Now, watching Janus chatter at them in a nervous staccato, Curanov was incapable of envisioning an era when the Central Agency would have dispatched mindless robots from the factories. The whole purpose of life was to explore, to carefully store data collected from an individual viewpoint, even if it was repetitive data. How could mindless robots ever function in the necessary manner?

As Steffan, another of their group, had said, such theories were on a par with belief in Second Awareness. (Some believed, without evidence, that the Central Agency occasionally made a mistake and, when a robot's allotted life span was up, only partially erased his accumulated memory before refitting him and sending him out of the factory again. These robots — or so the superstitious claimed — had an advantage and were among those who matured fast enough to be elevated to duty as counselors and, sometimes, even to service in the Central Agency itself.)

Tuttle had been angered to hear his views on robot personality equated with wild tales of Second Awareness. To egg him on, Steffan also suggested that Tuttle believed in that ultimate of hobgoblins, the "human being." Disgusted, Tuttle settled into a grumpy silence while the others enjoyed the jest.

"And now," Janus said, calling Curanov back from his reverie, "I'll issue your supplies and see you on your way."

Curanov, Tuttle, Steffan, Leeke, and Skowski crowded forward, eager to begin the adventure.

Each of the five was given: binoculars of rather antique design, a pair of snowshoes that clipped and bolted to their feet, a survival pack of tools and greases with which to repair themselves in the event of some unforeseen emergency, an electric hand torch, maps, and a drug rifle complete with an extra clip of one thousand darts.

"This is all, then?" Leeke asked. He had seen as much danger as Curanov, perhaps even more, but now he sounded frightened.

"What else would you need?" Janus asked impatiently.

Leeke said, "Well, as you know, certain modifications have been made to us. For one thing, our eyes aren't what they were, and—"

"You've a torch for darkness," Janus said.

"And then, our ears—" Leeke began.

"Listen cautiously, walk quietly," Janus suggested.

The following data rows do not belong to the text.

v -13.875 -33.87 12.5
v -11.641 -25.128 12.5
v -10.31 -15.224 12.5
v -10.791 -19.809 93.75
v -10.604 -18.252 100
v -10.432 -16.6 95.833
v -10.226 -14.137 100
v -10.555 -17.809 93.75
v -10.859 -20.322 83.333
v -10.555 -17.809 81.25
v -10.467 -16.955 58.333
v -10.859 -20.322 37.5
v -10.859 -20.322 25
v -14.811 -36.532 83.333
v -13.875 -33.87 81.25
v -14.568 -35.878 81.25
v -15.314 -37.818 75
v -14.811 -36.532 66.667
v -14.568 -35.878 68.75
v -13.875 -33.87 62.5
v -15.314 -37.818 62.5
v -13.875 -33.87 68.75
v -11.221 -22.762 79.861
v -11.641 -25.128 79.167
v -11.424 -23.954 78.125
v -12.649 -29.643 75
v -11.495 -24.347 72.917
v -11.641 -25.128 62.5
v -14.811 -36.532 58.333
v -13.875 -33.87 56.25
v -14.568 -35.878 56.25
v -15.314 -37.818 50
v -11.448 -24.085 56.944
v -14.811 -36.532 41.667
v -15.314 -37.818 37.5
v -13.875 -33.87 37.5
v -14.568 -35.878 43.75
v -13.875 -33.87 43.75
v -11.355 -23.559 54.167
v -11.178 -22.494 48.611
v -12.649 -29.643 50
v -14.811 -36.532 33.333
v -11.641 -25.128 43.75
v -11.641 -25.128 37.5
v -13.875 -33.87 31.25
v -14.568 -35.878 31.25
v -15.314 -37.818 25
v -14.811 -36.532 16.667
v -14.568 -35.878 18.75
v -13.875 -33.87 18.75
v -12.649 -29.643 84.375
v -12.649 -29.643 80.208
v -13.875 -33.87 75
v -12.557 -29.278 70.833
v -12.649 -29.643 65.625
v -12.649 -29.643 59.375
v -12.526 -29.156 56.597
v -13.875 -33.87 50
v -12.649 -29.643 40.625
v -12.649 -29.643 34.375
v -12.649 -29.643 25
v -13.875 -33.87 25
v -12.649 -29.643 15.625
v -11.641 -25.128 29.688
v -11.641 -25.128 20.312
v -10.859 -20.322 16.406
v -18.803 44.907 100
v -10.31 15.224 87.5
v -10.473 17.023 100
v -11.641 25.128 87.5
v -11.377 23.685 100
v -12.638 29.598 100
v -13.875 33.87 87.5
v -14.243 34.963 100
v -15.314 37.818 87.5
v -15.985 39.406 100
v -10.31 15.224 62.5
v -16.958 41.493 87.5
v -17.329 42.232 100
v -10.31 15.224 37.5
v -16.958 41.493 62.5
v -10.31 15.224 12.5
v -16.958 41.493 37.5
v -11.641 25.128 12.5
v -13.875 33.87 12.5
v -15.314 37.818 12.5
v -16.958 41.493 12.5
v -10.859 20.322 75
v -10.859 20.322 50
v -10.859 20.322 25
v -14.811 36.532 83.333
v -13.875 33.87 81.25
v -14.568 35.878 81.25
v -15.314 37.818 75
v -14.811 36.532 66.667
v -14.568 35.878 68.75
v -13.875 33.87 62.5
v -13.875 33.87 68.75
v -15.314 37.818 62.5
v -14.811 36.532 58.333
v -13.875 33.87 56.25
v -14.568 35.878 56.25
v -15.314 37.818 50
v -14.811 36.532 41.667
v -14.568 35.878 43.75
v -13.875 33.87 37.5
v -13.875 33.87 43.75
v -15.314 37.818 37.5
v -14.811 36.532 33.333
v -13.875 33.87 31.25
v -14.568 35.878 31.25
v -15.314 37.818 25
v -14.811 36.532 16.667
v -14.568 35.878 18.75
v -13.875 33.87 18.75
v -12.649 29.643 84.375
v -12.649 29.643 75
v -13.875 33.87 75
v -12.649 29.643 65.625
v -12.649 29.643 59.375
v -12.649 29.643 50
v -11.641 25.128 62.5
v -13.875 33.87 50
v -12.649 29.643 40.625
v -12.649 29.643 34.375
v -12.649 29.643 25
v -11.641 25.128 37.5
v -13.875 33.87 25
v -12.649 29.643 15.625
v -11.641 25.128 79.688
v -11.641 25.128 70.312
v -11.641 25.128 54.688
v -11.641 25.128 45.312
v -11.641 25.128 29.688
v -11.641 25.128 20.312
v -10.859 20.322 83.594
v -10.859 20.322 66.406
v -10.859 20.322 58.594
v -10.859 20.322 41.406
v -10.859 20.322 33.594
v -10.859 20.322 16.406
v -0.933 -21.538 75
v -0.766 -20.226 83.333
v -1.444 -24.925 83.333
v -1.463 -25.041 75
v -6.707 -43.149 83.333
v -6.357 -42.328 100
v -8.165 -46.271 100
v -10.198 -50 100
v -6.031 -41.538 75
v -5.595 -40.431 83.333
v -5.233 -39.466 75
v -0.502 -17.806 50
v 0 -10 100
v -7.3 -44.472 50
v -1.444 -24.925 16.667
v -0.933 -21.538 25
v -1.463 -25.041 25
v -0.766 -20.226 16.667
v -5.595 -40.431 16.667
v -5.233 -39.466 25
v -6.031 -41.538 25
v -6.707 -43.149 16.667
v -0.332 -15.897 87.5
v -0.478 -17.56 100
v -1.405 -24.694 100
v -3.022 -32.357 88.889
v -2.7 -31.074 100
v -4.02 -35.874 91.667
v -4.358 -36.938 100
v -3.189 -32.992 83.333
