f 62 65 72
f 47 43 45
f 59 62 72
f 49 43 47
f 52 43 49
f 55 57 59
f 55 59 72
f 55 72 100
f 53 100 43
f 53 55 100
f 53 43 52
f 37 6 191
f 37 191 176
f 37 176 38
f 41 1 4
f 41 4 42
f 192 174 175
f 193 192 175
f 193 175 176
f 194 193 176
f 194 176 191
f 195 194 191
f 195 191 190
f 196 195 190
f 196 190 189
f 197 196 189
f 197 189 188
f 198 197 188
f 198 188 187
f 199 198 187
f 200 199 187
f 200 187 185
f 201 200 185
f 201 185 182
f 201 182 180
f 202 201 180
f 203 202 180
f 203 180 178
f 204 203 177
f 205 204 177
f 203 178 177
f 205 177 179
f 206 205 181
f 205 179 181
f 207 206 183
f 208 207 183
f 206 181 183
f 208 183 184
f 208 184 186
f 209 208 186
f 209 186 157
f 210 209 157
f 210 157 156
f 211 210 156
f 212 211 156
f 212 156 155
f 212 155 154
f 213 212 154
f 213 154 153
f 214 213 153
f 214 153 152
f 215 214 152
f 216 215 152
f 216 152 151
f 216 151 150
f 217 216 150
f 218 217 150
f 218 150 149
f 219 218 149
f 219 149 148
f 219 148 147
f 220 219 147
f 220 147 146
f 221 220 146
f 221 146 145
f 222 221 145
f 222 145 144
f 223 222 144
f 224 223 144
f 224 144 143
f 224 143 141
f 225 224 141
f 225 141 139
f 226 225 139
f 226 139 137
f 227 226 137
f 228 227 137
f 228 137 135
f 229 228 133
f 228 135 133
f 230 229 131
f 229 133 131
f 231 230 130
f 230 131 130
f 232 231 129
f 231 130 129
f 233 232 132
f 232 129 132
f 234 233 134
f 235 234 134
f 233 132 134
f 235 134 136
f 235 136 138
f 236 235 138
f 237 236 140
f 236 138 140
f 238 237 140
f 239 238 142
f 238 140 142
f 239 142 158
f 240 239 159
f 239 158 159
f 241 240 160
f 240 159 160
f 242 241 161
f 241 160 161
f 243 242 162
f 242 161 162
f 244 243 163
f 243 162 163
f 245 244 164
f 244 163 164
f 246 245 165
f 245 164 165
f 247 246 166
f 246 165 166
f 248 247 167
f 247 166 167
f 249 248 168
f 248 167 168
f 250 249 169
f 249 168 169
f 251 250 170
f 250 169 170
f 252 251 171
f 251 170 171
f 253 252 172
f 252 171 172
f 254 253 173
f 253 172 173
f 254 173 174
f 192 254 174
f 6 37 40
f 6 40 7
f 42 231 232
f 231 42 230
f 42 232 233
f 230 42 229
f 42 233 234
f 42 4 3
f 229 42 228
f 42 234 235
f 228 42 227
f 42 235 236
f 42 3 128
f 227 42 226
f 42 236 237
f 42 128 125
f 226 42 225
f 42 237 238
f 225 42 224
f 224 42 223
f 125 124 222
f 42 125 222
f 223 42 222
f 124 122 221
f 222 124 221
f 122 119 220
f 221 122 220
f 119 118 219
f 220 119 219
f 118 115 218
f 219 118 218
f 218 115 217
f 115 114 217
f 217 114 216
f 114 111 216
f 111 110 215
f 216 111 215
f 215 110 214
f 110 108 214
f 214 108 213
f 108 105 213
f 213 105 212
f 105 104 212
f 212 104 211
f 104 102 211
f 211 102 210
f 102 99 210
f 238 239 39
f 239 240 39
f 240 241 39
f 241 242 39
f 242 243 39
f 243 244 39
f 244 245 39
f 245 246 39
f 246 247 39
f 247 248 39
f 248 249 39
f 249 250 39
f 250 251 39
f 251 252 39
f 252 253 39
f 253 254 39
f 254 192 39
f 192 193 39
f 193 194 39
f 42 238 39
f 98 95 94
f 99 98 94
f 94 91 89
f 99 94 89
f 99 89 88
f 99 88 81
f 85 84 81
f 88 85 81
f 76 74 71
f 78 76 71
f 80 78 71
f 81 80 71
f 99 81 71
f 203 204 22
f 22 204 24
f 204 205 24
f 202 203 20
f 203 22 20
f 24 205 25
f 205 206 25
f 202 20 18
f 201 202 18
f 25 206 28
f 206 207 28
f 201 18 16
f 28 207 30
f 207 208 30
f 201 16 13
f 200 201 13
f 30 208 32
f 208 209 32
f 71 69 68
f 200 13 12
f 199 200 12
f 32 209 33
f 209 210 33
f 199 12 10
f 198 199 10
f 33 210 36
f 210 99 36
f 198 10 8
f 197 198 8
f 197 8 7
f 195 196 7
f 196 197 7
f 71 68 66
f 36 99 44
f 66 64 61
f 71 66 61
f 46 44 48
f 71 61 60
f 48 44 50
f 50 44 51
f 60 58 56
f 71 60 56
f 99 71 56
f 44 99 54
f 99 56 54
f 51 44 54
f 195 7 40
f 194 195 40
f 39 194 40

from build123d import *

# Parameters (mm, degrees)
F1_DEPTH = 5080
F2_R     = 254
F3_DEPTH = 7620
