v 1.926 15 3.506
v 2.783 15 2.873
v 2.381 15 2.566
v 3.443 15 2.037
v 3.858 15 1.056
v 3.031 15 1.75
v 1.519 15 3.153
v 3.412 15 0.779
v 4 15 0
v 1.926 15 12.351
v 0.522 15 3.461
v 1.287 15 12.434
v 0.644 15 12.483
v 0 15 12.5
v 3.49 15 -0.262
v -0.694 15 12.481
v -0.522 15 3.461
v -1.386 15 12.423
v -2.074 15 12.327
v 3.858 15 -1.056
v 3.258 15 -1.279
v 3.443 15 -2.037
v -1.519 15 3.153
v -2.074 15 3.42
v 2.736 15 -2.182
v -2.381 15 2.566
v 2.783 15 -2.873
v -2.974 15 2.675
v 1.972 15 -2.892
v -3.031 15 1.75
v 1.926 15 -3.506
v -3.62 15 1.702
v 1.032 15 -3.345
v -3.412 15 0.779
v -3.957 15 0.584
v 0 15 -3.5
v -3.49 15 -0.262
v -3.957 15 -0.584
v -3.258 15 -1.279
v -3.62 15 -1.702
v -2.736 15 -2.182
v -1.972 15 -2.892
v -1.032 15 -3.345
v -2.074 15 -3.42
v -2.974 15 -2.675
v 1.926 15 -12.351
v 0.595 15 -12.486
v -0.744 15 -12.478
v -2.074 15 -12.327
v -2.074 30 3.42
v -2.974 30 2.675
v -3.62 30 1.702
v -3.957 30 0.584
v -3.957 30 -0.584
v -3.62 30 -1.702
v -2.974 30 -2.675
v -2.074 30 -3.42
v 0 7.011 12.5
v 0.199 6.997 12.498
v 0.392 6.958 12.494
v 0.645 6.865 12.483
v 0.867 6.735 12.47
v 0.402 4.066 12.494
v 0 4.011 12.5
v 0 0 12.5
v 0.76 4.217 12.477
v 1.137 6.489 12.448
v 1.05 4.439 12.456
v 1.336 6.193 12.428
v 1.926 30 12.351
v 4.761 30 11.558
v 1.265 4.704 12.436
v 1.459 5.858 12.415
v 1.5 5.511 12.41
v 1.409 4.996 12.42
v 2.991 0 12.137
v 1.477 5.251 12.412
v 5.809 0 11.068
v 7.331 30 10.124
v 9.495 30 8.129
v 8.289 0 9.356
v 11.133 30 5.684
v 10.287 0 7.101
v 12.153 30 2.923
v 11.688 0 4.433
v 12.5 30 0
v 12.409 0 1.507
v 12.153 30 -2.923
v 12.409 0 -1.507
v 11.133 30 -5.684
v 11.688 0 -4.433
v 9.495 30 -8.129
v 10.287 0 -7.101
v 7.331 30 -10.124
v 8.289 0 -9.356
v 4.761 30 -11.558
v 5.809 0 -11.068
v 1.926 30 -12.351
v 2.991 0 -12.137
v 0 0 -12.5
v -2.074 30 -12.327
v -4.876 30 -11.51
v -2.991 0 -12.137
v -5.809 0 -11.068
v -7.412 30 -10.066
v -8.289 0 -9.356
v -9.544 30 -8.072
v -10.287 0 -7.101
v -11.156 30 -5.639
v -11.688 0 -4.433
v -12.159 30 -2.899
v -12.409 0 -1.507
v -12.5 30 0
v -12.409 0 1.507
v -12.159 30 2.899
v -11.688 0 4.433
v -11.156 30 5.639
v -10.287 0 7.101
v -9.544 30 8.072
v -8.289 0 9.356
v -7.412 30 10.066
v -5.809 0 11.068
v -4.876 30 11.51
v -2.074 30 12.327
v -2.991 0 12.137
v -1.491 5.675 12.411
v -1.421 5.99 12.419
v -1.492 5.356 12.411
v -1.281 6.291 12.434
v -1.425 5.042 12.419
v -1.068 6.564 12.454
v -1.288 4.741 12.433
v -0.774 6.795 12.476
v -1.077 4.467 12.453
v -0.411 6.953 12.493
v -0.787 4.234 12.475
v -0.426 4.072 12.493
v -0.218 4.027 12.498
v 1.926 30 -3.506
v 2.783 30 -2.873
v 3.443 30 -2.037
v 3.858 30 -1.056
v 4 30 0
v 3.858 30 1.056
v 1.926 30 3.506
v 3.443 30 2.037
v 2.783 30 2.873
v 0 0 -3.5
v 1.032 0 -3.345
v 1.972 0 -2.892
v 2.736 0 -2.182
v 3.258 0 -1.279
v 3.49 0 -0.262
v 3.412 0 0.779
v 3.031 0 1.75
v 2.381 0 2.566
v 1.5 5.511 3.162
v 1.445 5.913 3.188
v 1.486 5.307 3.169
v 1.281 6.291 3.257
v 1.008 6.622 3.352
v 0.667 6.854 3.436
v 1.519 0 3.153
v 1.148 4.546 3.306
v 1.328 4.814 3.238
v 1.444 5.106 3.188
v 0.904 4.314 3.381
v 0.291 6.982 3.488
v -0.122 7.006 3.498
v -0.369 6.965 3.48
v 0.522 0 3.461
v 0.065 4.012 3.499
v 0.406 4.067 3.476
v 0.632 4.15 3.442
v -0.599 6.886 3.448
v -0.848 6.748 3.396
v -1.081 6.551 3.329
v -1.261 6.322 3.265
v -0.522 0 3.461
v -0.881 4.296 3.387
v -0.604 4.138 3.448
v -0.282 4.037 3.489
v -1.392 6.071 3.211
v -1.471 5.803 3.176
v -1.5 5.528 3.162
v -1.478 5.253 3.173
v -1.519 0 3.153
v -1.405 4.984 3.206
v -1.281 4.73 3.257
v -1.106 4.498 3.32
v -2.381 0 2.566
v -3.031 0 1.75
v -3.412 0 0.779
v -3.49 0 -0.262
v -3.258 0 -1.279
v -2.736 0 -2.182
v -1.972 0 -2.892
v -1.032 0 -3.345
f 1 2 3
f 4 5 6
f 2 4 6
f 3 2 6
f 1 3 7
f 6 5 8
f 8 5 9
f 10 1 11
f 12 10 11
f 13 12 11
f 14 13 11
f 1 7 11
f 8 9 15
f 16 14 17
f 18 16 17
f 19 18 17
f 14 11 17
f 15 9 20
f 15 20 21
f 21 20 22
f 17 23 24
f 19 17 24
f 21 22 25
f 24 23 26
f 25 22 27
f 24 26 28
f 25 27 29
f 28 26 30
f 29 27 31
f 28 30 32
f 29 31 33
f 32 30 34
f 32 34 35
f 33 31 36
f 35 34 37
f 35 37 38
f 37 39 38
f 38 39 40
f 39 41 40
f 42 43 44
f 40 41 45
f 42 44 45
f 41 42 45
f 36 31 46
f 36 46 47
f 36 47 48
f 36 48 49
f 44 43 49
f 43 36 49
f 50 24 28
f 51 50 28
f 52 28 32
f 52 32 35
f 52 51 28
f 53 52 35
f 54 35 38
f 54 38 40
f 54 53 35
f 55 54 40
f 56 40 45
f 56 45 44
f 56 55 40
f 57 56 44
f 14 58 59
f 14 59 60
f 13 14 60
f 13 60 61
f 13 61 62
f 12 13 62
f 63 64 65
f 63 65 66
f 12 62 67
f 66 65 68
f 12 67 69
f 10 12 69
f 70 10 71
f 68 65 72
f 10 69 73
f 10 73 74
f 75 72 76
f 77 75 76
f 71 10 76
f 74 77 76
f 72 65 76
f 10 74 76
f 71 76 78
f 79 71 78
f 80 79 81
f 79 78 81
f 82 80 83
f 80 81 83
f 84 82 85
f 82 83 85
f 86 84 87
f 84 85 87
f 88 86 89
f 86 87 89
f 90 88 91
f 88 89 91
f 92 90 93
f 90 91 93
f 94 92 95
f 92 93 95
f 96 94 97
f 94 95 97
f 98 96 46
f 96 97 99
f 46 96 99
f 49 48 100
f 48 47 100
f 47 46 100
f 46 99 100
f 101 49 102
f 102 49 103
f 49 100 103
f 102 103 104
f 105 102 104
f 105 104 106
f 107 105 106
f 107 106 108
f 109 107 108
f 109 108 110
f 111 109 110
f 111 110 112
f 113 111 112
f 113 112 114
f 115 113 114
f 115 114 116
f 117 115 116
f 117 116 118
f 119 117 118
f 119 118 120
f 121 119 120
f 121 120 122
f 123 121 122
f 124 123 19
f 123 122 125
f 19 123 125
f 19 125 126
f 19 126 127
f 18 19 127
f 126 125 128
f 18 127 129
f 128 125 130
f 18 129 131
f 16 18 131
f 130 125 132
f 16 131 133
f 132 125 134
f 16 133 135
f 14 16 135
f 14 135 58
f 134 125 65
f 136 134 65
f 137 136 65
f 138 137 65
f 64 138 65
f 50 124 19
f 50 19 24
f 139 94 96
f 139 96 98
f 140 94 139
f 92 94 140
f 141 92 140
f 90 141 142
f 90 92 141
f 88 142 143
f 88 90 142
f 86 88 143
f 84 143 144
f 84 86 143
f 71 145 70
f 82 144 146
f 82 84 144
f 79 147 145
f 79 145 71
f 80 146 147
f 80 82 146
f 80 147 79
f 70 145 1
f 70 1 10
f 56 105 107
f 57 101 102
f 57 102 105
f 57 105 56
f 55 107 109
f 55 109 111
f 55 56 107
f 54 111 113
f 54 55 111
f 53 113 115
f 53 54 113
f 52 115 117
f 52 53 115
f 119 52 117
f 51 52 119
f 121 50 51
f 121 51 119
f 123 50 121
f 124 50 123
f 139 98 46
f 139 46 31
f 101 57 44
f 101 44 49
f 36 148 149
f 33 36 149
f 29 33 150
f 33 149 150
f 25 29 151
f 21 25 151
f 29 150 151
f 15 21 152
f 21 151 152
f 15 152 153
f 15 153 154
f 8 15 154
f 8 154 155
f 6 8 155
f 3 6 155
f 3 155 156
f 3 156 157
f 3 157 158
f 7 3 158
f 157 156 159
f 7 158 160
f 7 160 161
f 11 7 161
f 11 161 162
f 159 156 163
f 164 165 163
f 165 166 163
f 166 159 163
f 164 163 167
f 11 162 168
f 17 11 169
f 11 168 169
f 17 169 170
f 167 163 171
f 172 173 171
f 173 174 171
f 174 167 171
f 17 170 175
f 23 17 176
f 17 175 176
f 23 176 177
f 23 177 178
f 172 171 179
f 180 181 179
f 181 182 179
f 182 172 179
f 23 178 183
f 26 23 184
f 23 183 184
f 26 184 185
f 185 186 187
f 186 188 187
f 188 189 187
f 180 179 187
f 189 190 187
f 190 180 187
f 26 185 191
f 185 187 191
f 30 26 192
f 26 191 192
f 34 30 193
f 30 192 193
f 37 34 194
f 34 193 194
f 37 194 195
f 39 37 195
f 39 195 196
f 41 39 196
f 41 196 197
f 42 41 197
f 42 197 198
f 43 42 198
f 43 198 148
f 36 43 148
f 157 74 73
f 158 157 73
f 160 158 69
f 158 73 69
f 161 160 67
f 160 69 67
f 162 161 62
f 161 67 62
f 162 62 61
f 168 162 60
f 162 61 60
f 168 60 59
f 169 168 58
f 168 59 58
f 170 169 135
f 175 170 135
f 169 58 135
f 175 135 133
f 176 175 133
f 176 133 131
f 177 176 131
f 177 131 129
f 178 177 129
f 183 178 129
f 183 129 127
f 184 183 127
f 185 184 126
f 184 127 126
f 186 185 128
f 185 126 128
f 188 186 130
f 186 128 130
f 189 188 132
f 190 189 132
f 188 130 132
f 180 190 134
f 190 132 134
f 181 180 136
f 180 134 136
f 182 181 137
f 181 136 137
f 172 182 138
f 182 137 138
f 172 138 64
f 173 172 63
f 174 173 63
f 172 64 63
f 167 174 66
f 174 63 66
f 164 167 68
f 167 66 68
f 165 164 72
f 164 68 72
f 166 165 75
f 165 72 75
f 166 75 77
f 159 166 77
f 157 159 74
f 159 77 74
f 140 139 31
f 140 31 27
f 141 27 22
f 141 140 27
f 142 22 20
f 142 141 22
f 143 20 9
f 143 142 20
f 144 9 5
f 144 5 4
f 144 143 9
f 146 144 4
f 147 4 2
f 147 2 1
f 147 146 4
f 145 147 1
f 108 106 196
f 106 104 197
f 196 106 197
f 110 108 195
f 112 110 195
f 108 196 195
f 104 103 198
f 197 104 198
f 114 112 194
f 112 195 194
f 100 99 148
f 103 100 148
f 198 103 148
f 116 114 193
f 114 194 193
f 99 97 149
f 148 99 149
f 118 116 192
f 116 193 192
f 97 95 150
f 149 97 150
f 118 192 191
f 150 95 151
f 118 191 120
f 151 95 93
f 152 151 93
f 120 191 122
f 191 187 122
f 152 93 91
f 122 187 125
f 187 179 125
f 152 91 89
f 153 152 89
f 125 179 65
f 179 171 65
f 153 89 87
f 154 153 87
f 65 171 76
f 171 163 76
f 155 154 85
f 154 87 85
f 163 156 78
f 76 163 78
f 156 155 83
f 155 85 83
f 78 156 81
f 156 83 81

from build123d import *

# Parameters (mm, degrees)
CROQUIS1_R              = 12.5
SALIENTE_EXTRUIR1_DEPTH = 30
CORTAR_EXTRUIR1_DEPTH   = 15
CROQUIS3_R              = 3.5
CORTAR_EXTRUIR2_DEPTH   = 15
CROQUIS4_R              = 1.5
CORTAR_EXTRUIR3_DEPTH   = 15


with BuildPart() as part:
    # Croquis1 → Saliente-Extruir1 (new body)
    with BuildSketch(Plane(origin=(0, 0, 0), x_dir=(1, 0, 0), z_dir=(0, 1, 0))):
        with Locations(Location((0, 0, 0), (0, 0, 270))):
            Circle(CROQUIS1_R)
    extrude(amount=SALIENTE_EXTRUIR1_DEPTH)

    # Croquis2 → Cortar-Extruir1 (cut)
    with BuildSketch(Plane(origin=(0, 30, 0), x_dir=(1, 0, 0), z_dir=(0, 1, 0))):
        with BuildLine():
            Line((-2.073774887, 3.420447006), (-2.073774887, 12.856138783))
            Line((-2.073774887, 12.856138783), (1.926225113, 12.856138783))
            Line((1.926225113, 12.856138783), (1.926225113, 3.505660681))
            ThreePointArc((1.926225113, 3.505660681), (4, 0), (1.926225113, -3.505660681))
            Line((1.926225113, -3.505660681), (1.926225113, -12.772374377))
            Line((1.926225113, -12.772374377), (-2.073774887, -12.772374377))
            Line((-2.073774887, -12.772374377), (-2.073774887, -3.420447006))
            ThreePointArc((-2.073774887, -3.420447006), (-4, 0), (-2.073774887, 3.420447006))
        make_face()
    extrude(amount=-CORTAR_EXTRUIR1_DEPTH, mode=Mode.SUBTRACT)

    # Croquis3 → Cortar-Extruir2 (cut)
    with BuildSketch(Plane.XZ):
        with Locations(Location((0, 0, 0), (0, 0, 270))):
            Circle(CROQUIS3_R)
    extrude(amount=-CORTAR_EXTRUIR2_DEPTH, mode=Mode.SUBTRACT)

    # Croquis4 → Cortar-Extruir3 (cut)
    with BuildSketch(Plane.XY.offset(15)):
        with Locations((0, 5.510659623)):
            Circle(CROQUIS4_R)
    extrude(amount=-CORTAR_EXTRUIR3_DEPTH, mode=Mode.SUBTRACT)


solid = part.part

"We've had a power reduction to our legs," Leeke said. "If we should have to run—"

"Be stealthy. Creep up on your game before it knows you're there, and you'll not need to chase it."

"But," Leeke persisted, "weakened as we are, if we should have to run from something—"

"You're only after deer and wolves," Janus reminded him. "The deer won't give chase — and a wolf hasn't any taste for steel flesh."

Skowski, who had thus far been exceptionally quiet, not even joining the good-natured roasting the others had given Tuttle on the train, now stepped forward. "I've read that this part of Montana has an unusual number of… unexplained reports."

"Reports of what?" Janus asked.

Skowski swept the others with his yellow visual receptors, then looked back at Janus. "Well… reports of footprints similar to our own but not those of any robot, and reports of robotlike forms seen in the woods."

"Oh," Janus said, waving a glittering hand as if to brush away Skowski's suggestion like a fluff of dust, "we get a dozen reports each month about `human beings' sighted in wilder regions northwest of here."